После нескольких месяцев репетиций Курёхин в мае 1978 года выступил в составе джазового трио Анатолия Вапирова на крупном фестивале в Куйбышеве. На ленинградской сцене Сергей дебютировал в рамках «Вечеров джазовой музыки», проходивших в ДК Горького.
На фоне других исполнителей Курёхин выделялся агрессивной подачей материала и тем, что он называл «мелкой техникой». С каждым аккордом Сергей атаковал черно-белые клавиши так, что казалось, будто рояль сейчас рухнет. Его пальцы носились по клавиатуре с немыслимой скоростью. На притихший зал неслась лавина чувственных пассажей в духе Сесила Тейлора: всё сильнее и сильнее, всё громче и громче. Порой у слушателей возникала почти осязаемая галлюцинация, будто за роялем сидят два пианиста. Руки Курёхина жили самостоятельными, не связанными друг с другом жизнями, разбегались по противоположным полосам клавиатуры и встречались снова, чтобы тут же расстаться.
Ближе к финалу виртуозный пианист начал уставать и, похоже, переоценил свои силы. Во время исполнения на бис регтайма Скотта Джоплина Курёхин заметно побледнел. Едва дотянув до конца концерта, он нетвердой походкой прошел за кулисы и рухнул на кушетку. Почуяв неладное, Вапиров начал хлестать Сергея по щекам, чтобы привести в чувство. Присутствовавшие в гримерке журналисты решили, что музыкант мертвецки пьян. Но дело было вовсе не в этом.

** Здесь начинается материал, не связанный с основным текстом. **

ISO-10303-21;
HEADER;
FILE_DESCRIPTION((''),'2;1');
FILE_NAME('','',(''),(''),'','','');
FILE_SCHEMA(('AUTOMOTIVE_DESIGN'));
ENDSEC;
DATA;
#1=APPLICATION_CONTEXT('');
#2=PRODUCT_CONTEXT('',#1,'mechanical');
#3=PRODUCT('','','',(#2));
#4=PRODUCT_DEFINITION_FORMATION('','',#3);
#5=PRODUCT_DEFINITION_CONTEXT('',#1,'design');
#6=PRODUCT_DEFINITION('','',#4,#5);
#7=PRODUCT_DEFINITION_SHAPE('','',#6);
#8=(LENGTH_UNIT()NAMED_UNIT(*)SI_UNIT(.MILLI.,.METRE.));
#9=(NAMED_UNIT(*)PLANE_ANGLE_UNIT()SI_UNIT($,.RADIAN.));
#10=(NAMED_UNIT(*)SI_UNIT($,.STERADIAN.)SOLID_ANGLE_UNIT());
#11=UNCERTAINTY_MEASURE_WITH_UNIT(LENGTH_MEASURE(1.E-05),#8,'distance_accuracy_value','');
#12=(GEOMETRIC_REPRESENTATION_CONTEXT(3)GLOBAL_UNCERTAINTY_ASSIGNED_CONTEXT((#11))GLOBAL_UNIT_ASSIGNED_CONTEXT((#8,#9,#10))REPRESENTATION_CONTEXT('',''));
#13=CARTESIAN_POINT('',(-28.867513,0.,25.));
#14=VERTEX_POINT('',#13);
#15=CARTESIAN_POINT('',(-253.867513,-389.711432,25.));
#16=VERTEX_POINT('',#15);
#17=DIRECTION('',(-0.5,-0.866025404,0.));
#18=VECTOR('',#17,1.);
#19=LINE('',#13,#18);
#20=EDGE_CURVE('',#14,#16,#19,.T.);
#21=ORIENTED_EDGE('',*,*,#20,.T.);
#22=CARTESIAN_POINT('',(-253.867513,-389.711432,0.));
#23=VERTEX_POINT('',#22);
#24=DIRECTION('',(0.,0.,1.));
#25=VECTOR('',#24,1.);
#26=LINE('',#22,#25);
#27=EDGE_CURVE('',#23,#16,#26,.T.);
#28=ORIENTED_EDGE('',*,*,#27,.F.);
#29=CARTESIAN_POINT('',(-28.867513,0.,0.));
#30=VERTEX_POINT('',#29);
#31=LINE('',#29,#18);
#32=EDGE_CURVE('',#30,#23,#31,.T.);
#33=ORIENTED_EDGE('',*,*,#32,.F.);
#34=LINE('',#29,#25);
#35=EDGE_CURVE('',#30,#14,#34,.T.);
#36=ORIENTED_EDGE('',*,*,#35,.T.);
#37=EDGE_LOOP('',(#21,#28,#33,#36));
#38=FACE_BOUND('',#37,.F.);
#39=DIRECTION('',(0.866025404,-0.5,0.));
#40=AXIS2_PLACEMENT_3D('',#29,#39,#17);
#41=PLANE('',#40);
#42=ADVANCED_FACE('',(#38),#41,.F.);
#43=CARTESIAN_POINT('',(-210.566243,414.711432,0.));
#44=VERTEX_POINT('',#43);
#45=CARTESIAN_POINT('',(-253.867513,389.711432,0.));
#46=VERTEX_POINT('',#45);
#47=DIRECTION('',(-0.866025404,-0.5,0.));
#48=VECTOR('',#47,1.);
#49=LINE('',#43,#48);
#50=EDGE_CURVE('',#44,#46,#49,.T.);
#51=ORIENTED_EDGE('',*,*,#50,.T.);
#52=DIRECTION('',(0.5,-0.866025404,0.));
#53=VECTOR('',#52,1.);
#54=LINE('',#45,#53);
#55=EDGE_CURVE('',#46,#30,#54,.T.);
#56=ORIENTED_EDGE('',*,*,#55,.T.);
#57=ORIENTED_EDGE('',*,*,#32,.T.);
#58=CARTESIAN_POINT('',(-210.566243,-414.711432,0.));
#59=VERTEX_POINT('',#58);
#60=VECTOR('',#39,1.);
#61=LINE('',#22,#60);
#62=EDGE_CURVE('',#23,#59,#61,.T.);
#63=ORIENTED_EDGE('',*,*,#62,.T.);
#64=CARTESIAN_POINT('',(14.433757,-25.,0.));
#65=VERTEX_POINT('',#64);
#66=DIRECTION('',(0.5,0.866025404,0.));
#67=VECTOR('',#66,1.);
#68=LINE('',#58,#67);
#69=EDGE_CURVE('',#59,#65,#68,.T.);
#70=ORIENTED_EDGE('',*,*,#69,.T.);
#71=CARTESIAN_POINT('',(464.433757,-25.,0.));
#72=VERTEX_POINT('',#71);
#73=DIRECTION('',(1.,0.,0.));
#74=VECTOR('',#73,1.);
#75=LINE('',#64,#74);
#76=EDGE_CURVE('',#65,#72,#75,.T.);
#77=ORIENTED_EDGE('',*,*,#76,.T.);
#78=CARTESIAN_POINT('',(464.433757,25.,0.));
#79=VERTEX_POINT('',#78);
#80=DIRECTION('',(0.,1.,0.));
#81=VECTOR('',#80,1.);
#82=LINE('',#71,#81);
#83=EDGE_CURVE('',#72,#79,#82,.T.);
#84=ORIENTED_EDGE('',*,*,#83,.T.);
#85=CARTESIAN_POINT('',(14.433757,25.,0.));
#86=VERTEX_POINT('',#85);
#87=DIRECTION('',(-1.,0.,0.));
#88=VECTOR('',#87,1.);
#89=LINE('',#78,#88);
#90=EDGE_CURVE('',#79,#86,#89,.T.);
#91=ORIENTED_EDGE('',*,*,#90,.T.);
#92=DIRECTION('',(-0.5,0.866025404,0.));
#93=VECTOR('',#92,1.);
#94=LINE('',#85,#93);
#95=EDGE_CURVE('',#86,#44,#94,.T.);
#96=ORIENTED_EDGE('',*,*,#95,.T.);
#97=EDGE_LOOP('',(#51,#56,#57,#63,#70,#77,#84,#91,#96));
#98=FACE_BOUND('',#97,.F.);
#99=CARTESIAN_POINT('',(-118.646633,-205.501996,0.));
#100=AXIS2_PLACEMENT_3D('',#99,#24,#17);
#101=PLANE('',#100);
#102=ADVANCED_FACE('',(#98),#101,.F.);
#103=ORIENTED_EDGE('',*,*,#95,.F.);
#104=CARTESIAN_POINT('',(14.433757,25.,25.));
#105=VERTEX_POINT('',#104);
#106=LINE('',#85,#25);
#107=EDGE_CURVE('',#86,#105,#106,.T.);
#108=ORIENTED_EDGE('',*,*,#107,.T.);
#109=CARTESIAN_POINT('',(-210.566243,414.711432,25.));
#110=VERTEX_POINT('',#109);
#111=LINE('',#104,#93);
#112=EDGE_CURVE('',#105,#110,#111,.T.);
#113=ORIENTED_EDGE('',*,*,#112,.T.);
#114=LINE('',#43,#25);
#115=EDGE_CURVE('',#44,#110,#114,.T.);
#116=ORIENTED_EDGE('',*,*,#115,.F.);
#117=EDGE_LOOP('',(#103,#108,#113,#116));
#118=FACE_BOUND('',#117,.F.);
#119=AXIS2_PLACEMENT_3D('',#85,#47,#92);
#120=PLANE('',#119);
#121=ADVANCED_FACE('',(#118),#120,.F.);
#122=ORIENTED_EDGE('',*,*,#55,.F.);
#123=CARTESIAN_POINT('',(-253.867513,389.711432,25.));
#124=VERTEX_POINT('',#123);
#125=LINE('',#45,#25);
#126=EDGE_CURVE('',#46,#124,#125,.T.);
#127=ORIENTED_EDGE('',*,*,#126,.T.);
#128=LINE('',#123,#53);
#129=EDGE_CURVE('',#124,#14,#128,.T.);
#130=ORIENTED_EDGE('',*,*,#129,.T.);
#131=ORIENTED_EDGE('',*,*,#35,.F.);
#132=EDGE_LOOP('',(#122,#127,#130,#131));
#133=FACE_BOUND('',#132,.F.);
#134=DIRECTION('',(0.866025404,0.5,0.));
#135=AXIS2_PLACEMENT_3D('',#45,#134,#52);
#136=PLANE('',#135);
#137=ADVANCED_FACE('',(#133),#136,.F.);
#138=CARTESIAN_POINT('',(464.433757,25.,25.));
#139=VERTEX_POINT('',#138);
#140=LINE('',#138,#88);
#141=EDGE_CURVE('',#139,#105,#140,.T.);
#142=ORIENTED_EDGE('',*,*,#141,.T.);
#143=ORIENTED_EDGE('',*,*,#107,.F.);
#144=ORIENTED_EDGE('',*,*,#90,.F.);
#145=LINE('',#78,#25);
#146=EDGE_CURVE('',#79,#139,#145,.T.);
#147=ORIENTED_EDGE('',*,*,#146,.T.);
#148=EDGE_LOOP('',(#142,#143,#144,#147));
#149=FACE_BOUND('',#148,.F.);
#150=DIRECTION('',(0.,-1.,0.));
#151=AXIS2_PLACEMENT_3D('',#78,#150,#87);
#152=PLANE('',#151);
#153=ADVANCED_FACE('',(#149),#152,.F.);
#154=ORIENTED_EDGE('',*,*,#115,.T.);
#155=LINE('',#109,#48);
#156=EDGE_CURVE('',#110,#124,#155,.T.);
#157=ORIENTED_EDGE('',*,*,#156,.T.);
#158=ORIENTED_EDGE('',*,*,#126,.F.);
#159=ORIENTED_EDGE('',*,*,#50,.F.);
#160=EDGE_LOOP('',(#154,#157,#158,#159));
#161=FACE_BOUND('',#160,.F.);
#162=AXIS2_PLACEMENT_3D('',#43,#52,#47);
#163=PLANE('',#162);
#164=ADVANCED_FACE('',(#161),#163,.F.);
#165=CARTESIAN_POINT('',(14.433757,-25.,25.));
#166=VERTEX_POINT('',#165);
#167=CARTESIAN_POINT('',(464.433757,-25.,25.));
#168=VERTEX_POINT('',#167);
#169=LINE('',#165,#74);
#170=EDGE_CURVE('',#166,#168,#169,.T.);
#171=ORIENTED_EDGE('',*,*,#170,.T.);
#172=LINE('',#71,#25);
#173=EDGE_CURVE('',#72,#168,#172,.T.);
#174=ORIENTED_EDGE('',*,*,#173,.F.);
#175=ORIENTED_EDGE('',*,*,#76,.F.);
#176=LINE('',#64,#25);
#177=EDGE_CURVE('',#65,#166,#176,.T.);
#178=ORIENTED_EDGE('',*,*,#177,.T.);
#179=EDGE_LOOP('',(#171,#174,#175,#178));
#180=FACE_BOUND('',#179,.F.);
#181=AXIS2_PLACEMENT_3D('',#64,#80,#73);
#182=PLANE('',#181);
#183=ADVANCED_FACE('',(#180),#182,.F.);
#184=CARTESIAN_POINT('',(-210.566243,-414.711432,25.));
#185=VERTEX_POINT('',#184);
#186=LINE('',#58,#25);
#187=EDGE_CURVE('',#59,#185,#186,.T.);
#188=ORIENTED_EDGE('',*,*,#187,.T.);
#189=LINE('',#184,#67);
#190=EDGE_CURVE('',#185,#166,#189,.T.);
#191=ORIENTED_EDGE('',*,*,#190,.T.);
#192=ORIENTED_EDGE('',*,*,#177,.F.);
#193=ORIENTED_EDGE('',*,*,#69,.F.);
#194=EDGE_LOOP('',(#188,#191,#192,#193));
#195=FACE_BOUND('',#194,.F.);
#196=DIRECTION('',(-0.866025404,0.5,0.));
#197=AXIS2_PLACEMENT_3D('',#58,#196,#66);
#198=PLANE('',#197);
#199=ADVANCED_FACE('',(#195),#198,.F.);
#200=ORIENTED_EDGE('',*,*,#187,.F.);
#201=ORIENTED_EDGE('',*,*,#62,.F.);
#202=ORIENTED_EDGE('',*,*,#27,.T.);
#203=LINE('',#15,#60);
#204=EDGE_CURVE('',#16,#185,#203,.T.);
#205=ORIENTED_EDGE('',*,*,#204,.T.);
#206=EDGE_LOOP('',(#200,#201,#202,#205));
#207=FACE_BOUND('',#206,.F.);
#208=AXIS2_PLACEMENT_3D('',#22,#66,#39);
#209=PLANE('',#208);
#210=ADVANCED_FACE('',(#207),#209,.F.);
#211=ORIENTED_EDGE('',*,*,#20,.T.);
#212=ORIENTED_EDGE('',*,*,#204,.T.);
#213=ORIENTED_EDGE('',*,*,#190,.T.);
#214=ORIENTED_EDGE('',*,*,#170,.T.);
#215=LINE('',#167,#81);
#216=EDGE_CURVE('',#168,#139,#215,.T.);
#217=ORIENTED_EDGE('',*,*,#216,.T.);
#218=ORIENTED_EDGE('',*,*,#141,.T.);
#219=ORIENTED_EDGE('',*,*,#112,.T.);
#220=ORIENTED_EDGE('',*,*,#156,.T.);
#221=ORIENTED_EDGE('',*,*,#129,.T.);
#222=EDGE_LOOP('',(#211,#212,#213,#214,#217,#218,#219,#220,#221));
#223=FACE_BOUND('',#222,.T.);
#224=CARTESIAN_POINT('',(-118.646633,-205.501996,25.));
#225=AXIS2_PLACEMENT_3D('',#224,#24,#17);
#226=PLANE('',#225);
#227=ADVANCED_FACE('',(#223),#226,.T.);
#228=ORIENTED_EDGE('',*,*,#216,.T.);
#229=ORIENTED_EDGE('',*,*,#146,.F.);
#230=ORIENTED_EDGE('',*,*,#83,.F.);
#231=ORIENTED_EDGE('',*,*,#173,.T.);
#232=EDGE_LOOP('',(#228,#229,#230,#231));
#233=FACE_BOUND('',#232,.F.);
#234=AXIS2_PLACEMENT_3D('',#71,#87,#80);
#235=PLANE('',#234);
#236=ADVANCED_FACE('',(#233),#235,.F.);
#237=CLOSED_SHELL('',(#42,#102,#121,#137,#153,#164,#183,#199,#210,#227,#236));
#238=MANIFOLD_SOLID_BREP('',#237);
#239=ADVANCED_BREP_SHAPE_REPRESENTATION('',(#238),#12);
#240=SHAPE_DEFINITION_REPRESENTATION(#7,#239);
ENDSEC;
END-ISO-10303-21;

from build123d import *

# Parameters (mm, degrees)
F2_DEPTH = 25
F3_COUNT = 3


with BuildPart() as f2:
    # F0 (on Top) → F2 (new body)
    with BuildSketch(Plane.XY):
        Polygon((14.4337567297, 25), (0, 0), (14.4337567297, -25), (464.4337567297, -25), (464.4337567297, 25), align=None)
    extrude(amount=F2_DEPTH)

    # F3: F2 ×3 about axis
    f3_axis = Axis((0, 0, 69.7502270341), (0, 0, 1))


with BuildPart() as f2_1:
    add(f2.part)
    for i in range(1, F3_COUNT):
        add(f2.part.rotate(f3_axis, i * 360 / F3_COUNT))


solid = f2_1.part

«Публика крайне восторженно приняла нас, — вспоминает Анатолий Вапиров. — Для Сережи это был момент эйфории, поскольку в процессе концерта он весь отдавался музыке. После выступления у него случился сердечный приступ. Мы вызвали «скорую помощь», я отнес его в машину, и мы помчались в больницу. И тогда я понял, что это первый намек. Что всё может закончиться трагически».
«После концерта Сереже стало плохо с сердцем, — рассказывает журналист Александр Липницкий. — Нам с Вапировым стало страшно, потому что Курёхин лежал в гримерке бледный и чуть не умер. Слава богу, дело закончилось только приступом».
«Когда я впервые увидел Курёхина, он меня своей техникой очень впечатлил, — вспоминает джазовый критик Дмитрий Ухов. — Один из концертов проходил в четыре часа дня в пыльном актовом зале при незакрытых шторах и дневном свете. И при этом естественном освещении меня очень поразила бледность Сергея».